**Try it**. The listing below contains a span that opens with the line containing "# Sketch1 → Revolve1 (revolve)" and closes with the line containing "# Sketch7 → Hole2 (revolve, cut)". Return that span exactly.

**Record excerpts**.

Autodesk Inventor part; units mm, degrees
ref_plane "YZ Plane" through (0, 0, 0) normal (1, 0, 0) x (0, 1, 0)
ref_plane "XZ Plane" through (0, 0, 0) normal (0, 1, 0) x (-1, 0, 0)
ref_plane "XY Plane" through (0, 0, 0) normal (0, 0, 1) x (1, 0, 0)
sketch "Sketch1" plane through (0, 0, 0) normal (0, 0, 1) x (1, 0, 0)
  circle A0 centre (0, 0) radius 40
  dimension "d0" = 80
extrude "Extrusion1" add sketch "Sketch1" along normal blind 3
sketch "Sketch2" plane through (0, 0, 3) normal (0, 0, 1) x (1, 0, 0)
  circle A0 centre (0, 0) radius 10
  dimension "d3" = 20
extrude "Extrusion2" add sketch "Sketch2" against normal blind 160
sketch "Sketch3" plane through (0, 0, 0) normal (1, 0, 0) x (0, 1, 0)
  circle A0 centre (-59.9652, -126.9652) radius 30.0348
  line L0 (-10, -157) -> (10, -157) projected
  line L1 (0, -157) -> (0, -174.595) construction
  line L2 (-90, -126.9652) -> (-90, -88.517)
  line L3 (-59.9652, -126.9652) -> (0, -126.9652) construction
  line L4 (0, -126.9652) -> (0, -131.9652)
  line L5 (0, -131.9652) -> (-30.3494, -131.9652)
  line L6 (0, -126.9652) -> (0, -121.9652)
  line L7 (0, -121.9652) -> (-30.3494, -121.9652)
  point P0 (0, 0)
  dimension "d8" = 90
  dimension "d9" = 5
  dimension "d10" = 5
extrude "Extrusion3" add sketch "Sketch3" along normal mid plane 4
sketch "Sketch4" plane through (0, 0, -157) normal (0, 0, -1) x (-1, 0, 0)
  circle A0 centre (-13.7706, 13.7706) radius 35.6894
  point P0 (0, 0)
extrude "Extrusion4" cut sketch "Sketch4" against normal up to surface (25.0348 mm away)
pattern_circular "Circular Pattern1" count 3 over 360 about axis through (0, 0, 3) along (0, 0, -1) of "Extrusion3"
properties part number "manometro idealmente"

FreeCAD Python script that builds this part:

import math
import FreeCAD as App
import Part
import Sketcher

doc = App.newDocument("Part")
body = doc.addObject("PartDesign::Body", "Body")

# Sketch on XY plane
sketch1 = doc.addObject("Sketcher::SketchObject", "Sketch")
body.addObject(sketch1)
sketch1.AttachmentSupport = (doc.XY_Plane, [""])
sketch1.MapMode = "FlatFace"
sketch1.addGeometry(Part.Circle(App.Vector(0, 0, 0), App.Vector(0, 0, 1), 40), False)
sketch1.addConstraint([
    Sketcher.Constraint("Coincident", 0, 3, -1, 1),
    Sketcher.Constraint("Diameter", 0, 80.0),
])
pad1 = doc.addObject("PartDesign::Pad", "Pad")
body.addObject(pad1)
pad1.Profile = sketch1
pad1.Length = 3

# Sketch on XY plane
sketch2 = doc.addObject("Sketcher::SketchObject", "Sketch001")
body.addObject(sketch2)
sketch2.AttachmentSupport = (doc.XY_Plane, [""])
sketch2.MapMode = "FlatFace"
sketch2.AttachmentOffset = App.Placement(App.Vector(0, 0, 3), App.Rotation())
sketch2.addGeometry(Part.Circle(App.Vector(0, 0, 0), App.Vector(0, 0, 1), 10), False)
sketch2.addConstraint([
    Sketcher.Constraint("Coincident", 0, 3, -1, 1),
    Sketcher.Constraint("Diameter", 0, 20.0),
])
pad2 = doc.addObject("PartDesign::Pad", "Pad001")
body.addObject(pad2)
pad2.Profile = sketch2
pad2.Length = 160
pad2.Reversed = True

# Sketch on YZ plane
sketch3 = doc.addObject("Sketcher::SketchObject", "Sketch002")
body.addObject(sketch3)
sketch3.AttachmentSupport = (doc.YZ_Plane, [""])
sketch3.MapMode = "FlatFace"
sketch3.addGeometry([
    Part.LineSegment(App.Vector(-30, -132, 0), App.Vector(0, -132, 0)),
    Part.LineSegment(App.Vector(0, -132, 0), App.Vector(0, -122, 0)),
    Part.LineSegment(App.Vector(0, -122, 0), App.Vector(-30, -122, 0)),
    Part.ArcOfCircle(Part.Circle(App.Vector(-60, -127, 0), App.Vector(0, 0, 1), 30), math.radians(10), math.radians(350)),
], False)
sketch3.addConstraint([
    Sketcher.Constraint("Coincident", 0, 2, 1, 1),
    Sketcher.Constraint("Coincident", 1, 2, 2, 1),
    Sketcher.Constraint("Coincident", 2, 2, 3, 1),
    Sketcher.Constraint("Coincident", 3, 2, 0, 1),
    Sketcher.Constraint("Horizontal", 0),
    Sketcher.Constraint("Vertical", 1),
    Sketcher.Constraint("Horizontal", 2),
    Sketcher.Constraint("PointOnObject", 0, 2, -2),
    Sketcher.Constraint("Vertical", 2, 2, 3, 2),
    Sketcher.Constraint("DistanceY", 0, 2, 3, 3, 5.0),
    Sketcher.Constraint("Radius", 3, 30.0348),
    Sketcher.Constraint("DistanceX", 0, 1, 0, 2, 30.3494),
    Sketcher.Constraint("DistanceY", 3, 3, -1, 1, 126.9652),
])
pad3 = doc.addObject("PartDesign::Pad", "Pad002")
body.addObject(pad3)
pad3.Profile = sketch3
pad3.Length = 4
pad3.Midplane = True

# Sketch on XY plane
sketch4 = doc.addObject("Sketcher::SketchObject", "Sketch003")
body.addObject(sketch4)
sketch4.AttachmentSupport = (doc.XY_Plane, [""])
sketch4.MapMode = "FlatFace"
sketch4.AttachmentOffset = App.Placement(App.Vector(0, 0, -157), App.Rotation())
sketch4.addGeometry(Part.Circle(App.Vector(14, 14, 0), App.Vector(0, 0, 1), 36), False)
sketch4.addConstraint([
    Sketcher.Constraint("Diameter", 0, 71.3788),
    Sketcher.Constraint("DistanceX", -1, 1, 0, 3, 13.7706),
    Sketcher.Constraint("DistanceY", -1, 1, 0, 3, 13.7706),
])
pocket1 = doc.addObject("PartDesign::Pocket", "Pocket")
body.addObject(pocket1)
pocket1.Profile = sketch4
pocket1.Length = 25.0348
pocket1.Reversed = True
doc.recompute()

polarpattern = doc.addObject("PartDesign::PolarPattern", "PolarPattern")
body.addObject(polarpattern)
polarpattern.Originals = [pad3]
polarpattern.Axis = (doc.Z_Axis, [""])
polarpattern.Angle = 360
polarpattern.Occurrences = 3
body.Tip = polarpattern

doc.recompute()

...

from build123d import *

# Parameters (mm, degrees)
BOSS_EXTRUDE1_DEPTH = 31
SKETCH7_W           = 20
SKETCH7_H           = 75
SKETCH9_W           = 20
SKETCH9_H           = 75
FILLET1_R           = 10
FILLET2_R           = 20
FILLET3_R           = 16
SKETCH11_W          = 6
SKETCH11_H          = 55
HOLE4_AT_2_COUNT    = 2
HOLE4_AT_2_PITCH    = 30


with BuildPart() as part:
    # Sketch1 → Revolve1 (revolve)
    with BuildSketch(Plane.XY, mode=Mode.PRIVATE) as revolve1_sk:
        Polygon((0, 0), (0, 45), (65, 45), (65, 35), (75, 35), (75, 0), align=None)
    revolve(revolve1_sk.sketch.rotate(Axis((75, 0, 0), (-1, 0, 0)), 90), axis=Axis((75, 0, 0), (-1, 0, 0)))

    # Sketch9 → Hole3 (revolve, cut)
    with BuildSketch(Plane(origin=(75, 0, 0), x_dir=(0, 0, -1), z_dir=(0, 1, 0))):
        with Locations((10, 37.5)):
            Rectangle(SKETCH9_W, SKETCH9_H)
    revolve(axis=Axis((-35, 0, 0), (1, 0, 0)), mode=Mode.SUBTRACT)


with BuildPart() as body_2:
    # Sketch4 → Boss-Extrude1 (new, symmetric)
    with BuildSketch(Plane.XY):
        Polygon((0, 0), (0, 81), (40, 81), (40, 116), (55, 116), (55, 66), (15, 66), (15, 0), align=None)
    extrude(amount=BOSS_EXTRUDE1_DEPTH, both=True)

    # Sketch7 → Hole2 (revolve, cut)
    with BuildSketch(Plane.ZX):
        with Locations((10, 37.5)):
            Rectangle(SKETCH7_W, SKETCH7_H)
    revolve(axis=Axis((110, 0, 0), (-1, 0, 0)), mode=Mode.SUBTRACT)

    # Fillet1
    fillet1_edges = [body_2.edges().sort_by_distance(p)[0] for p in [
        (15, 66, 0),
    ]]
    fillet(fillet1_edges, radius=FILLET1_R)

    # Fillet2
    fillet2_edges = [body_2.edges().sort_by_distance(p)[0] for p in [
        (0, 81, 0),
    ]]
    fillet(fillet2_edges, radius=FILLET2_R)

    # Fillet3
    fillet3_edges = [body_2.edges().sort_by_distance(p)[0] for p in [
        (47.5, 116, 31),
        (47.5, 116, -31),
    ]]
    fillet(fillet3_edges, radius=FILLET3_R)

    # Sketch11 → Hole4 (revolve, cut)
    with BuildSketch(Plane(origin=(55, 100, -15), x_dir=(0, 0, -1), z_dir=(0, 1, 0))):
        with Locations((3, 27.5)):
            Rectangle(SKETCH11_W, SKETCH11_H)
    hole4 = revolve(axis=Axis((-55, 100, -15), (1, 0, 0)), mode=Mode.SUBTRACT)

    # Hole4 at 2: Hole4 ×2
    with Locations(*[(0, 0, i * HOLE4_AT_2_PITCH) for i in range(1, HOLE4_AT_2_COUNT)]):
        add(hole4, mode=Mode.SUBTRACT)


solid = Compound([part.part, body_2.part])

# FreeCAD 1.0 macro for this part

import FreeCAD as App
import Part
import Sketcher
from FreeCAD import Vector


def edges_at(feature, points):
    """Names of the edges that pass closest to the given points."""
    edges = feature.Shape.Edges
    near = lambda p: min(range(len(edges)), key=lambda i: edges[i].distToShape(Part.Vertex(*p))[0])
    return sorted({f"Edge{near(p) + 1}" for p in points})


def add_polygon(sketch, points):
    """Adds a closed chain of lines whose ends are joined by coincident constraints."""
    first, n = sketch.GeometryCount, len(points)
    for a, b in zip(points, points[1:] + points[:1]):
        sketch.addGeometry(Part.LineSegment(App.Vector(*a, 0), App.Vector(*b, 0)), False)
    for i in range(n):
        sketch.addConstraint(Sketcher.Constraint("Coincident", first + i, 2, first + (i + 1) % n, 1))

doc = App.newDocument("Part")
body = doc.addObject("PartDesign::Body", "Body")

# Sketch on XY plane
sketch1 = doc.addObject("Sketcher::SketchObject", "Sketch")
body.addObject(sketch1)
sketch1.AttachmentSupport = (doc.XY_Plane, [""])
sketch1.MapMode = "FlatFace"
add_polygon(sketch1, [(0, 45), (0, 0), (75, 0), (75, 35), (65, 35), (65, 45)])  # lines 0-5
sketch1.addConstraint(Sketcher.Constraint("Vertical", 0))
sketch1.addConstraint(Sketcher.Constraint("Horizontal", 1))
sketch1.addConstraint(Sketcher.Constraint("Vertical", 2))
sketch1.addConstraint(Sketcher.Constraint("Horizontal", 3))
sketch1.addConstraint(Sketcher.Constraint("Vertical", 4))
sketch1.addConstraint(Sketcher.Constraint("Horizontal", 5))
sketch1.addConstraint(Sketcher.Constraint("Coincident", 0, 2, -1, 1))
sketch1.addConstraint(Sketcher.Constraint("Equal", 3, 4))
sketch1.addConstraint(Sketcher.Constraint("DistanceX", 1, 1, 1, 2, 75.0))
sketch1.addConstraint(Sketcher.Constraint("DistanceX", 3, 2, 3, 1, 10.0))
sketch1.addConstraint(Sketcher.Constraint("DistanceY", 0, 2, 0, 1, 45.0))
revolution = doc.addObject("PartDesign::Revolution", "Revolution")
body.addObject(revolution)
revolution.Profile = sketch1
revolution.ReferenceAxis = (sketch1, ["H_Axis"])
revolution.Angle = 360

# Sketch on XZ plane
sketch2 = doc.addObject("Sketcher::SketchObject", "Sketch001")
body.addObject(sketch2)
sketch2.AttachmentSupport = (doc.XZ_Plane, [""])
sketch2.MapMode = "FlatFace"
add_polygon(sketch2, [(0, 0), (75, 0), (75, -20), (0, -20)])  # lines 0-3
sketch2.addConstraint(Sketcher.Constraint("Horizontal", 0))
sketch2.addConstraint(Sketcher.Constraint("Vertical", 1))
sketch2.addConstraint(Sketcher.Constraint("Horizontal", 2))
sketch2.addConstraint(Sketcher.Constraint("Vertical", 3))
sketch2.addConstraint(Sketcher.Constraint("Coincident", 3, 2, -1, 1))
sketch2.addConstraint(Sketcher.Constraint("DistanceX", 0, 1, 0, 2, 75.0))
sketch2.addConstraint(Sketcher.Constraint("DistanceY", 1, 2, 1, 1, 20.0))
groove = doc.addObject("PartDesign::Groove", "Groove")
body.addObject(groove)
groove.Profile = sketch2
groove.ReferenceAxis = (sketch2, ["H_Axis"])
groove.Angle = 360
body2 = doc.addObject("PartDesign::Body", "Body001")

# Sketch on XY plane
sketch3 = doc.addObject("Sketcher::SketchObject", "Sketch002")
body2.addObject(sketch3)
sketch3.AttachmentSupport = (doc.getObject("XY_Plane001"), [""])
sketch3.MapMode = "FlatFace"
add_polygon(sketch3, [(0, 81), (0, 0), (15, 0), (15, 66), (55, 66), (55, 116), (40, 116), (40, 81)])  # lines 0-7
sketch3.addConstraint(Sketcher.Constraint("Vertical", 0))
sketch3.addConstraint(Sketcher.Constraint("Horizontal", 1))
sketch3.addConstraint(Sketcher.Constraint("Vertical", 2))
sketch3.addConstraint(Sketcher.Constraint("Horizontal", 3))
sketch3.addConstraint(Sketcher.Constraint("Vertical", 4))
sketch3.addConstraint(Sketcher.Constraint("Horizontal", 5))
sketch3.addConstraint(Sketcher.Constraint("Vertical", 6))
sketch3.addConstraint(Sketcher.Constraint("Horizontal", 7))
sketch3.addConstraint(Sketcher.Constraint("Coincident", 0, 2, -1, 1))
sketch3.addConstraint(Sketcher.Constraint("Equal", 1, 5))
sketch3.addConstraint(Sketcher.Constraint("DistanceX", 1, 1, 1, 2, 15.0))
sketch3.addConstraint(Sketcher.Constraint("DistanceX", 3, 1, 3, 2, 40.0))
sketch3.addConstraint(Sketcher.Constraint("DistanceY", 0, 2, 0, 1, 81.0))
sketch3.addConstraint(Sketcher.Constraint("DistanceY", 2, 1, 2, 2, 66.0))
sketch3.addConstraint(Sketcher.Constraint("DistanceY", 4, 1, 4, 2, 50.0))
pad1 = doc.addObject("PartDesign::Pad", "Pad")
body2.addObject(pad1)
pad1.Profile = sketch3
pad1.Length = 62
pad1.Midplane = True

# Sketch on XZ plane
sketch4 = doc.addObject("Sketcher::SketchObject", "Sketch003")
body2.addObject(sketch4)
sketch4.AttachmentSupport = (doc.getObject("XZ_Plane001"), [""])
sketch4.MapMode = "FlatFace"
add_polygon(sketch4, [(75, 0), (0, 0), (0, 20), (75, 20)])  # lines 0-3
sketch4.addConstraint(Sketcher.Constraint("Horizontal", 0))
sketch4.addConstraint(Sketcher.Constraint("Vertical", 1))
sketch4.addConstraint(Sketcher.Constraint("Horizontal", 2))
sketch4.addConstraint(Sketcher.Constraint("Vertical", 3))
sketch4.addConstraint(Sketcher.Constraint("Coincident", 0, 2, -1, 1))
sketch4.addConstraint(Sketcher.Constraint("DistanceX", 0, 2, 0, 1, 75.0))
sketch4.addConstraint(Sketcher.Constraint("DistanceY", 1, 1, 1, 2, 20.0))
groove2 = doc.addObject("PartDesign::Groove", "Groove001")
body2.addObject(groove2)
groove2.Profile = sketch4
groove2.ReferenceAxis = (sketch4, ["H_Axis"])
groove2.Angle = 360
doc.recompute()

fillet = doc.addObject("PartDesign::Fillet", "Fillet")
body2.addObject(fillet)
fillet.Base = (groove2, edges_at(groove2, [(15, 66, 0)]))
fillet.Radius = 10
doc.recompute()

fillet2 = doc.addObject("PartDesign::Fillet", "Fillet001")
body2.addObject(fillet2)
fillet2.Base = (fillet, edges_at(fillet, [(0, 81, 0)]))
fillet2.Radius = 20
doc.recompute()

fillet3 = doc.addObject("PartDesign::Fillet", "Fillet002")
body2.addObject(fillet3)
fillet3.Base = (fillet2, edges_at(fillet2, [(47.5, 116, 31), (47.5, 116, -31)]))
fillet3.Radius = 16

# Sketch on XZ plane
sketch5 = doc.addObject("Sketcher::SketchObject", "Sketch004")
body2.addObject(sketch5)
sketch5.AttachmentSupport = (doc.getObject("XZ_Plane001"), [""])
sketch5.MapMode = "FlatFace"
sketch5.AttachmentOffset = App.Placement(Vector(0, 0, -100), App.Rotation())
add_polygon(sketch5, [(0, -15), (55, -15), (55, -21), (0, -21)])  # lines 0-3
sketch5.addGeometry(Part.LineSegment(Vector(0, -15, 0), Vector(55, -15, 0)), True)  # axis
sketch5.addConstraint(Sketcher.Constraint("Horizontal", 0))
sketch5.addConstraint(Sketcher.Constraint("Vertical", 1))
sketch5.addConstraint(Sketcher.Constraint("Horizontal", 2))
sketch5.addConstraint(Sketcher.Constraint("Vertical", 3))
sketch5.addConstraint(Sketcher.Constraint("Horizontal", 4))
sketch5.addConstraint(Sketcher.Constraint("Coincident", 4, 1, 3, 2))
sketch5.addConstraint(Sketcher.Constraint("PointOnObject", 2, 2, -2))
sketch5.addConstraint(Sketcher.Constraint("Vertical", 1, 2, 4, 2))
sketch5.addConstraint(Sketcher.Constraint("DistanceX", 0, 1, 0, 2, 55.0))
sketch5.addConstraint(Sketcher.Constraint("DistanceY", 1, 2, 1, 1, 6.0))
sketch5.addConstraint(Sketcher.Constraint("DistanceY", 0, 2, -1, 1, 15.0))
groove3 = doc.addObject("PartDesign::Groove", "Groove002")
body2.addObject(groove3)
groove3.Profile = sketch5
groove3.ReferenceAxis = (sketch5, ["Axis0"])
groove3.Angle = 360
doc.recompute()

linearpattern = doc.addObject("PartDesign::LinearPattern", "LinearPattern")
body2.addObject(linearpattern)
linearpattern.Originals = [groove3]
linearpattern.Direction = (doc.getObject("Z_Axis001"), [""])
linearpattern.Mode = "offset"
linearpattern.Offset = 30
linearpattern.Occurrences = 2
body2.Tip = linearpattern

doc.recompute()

**Answer box**.
    # Sketch1 → Revolve1 (revolve)
    with BuildSketch(Plane.XY, mode=Mode.PRIVATE) as revolve1_sk:
        Polygon((0, 0), (0, 45), (65, 45), (65, 35), (75, 35), (75, 0), align=None)
    revolve(revolve1_sk.sketch.rotate(Axis((75, 0, 0), (-1, 0, 0)), 90), axis=Axis((75, 0, 0), (-1, 0, 0)))

    # Sketch9 → Hole3 (revolve, cut)
    with BuildSketch(Plane(origin=(75, 0, 0), x_dir=(0, 0, -1), z_dir=(0, 1, 0))):
        with Locations((10, 37.5)):
            Rectangle(SKETCH9_W, SKETCH9_H)
    revolve(axis=Axis((-35, 0, 0), (1, 0, 0)), mode=Mode.SUBTRACT)


with BuildPart() as body_2:
    # Sketch4 → Boss-Extrude1 (new, symmetric)
    with BuildSketch(Plane.XY):
        Polygon((0, 0), (0, 81), (40, 81), (40, 116), (55, 116), (55, 66), (15, 66), (15, 0), align=None)
    extrude(amount=BOSS_EXTRUDE1_DEPTH, both=True)

    # Sketch7 → Hole2 (revolve, cut)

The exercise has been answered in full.